Data shown:
######

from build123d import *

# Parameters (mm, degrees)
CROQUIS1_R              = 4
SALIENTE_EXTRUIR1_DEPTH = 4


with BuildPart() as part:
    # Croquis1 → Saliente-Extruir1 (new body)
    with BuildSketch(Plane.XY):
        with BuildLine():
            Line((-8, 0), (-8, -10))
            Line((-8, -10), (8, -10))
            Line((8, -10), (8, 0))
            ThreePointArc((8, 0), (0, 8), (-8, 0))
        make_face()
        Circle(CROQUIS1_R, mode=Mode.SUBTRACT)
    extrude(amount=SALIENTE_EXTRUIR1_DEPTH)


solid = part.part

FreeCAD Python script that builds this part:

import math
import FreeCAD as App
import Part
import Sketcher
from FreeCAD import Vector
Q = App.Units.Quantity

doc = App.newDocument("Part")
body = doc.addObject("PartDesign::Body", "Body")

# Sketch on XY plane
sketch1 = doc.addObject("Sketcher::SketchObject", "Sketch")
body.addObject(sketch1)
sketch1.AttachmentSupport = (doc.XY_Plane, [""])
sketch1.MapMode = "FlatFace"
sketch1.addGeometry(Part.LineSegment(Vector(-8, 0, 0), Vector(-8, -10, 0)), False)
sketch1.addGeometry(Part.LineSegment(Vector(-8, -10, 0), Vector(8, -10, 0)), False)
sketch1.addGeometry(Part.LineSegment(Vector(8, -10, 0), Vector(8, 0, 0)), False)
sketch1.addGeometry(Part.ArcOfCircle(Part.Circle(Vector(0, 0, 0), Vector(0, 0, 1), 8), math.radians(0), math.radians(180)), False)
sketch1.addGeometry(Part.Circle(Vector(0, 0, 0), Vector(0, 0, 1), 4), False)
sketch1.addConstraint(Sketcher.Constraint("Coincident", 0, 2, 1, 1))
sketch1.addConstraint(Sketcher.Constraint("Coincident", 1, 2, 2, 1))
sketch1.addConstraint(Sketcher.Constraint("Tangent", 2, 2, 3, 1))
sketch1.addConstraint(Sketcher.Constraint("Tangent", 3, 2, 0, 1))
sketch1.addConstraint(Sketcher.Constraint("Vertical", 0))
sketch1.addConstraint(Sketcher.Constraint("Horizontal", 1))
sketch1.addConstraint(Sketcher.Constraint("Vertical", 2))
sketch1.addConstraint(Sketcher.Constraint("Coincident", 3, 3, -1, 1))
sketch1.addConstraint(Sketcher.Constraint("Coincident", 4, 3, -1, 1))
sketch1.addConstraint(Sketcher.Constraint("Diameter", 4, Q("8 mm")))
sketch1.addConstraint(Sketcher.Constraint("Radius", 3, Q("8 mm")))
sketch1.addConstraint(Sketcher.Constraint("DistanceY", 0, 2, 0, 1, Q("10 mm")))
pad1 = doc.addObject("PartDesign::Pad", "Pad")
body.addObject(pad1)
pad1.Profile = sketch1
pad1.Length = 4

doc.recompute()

######

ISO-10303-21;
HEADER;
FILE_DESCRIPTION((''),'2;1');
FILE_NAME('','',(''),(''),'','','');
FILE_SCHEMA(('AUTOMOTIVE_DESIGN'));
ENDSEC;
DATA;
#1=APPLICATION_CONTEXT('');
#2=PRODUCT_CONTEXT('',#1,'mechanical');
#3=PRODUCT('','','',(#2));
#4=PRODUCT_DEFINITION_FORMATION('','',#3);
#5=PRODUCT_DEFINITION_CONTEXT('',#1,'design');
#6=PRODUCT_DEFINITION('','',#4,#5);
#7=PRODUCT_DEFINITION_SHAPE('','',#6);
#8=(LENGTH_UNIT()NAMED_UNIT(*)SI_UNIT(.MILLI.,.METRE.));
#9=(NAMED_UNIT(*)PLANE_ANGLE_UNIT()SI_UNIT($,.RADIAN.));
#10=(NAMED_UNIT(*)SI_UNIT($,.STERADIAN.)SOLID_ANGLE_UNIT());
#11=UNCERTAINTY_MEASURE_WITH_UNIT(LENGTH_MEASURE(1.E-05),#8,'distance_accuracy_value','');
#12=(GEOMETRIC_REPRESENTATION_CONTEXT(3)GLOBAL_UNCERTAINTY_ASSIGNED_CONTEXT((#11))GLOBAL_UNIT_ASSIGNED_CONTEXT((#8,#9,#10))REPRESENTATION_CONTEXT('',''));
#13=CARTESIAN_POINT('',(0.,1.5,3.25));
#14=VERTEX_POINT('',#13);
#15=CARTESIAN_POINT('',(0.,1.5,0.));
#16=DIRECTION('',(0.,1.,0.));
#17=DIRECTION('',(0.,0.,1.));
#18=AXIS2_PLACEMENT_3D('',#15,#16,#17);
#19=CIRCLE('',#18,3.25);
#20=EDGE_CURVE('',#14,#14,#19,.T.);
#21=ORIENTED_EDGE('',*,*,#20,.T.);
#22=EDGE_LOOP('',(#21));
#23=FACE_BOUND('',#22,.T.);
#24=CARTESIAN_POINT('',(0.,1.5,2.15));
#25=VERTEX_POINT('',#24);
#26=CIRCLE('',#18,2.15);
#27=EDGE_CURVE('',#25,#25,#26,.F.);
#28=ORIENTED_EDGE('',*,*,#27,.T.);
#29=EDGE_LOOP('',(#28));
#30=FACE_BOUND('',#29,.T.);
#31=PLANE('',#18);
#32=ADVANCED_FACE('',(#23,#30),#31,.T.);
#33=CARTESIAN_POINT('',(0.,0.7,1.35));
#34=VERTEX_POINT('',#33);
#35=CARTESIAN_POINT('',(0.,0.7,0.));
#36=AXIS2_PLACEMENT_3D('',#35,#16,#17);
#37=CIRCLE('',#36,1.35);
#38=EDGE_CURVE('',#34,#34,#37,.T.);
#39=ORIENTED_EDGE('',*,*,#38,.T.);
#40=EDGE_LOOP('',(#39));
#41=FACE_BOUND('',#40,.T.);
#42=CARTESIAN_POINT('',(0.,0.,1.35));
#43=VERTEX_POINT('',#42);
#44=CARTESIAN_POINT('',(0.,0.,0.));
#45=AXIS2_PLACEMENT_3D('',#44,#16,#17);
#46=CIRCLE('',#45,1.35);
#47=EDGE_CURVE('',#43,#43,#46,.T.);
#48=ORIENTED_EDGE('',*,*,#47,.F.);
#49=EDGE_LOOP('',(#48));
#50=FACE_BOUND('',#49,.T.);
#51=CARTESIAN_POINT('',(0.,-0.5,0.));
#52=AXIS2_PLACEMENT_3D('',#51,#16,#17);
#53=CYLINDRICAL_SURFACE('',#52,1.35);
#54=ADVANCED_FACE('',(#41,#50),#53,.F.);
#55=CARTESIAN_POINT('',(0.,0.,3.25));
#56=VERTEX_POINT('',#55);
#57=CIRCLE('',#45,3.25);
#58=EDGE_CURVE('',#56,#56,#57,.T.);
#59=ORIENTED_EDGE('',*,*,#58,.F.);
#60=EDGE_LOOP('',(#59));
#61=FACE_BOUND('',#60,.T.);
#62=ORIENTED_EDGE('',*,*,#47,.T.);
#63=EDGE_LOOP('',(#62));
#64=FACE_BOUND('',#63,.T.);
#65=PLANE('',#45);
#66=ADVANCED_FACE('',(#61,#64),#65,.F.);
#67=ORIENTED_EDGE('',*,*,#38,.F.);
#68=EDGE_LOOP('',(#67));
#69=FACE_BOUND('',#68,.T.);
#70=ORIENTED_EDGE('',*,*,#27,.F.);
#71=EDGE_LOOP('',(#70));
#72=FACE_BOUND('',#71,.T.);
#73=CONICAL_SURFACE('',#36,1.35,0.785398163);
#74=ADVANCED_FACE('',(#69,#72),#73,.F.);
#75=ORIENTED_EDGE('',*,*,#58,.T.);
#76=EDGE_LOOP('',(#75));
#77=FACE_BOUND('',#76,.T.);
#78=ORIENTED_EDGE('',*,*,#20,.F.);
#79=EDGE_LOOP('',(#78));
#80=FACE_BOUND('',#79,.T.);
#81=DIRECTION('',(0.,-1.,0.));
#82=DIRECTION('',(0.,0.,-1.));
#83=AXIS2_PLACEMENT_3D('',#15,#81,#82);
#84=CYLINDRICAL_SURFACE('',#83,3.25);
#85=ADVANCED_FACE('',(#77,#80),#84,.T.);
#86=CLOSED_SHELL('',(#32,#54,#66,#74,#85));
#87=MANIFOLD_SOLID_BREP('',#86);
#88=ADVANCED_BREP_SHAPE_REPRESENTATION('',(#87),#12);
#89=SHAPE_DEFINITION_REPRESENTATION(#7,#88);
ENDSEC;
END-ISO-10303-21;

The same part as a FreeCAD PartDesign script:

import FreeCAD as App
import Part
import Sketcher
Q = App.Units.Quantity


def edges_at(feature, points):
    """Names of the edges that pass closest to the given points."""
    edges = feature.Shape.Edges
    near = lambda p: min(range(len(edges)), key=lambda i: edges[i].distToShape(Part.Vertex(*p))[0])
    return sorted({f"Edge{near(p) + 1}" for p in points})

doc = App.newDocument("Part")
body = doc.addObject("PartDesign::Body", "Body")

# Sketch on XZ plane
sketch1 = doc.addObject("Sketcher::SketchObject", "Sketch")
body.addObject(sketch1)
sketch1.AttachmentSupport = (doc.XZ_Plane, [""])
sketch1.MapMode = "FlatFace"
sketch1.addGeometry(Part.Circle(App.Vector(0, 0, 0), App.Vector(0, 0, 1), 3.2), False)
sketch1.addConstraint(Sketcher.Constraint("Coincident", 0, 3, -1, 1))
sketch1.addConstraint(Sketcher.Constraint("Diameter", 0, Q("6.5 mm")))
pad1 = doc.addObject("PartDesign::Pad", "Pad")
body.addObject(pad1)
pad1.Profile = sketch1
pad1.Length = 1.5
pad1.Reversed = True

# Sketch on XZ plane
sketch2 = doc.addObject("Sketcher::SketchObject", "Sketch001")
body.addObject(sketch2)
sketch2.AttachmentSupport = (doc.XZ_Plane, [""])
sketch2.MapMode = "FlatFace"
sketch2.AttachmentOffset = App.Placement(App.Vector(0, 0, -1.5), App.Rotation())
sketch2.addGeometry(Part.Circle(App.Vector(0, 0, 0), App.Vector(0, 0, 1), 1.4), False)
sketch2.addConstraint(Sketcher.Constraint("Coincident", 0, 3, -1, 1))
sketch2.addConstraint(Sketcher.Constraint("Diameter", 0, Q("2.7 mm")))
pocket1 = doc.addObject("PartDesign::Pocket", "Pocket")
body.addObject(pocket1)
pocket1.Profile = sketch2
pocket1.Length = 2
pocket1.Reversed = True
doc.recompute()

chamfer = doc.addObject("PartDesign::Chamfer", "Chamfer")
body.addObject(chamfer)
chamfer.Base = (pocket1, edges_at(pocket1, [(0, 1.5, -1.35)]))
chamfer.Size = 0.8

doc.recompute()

######

Problem requirements: Scan the lines above for "#70=ORIENTED_EDGE('',*,*,#27,.F.);" and for "The same part". Repeat exactly the line holding each of them and every line in between.

Answer to the exercise:
#70=ORIENTED_EDGE('',*,*,#27,.F.);
#71=EDGE_LOOP('',(#70));
#72=FACE_BOUND('',#71,.T.);
#73=CONICAL_SURFACE('',#36,1.35,0.785398163);
#74=ADVANCED_FACE('',(#69,#72),#73,.F.);
#75=ORIENTED_EDGE('',*,*,#58,.T.);
#76=EDGE_LOOP('',(#75));
#77=FACE_BOUND('',#76,.T.);
#78=ORIENTED_EDGE('',*,*,#20,.F.);
#79=EDGE_LOOP('',(#78));
#80=FACE_BOUND('',#79,.T.);
#81=DIRECTION('',(0.,-1.,0.));
#82=DIRECTION('',(0.,0.,-1.));
#83=AXIS2_PLACEMENT_3D('',#15,#81,#82);
#84=CYLINDRICAL_SURFACE('',#83,3.25);
#85=ADVANCED_FACE('',(#77,#80),#84,.T.);
#86=CLOSED_SHELL('',(#32,#54,#66,#74,#85));
#87=MANIFOLD_SOLID_BREP('',#86);
#88=ADVANCED_BREP_SHAPE_REPRESENTATION('',(#87),#12);
#89=SHAPE_DEFINITION_REPRESENTATION(#7,#88);
ENDSEC;
END-ISO-10303-21;

The same part as a FreeCAD PartDesign script:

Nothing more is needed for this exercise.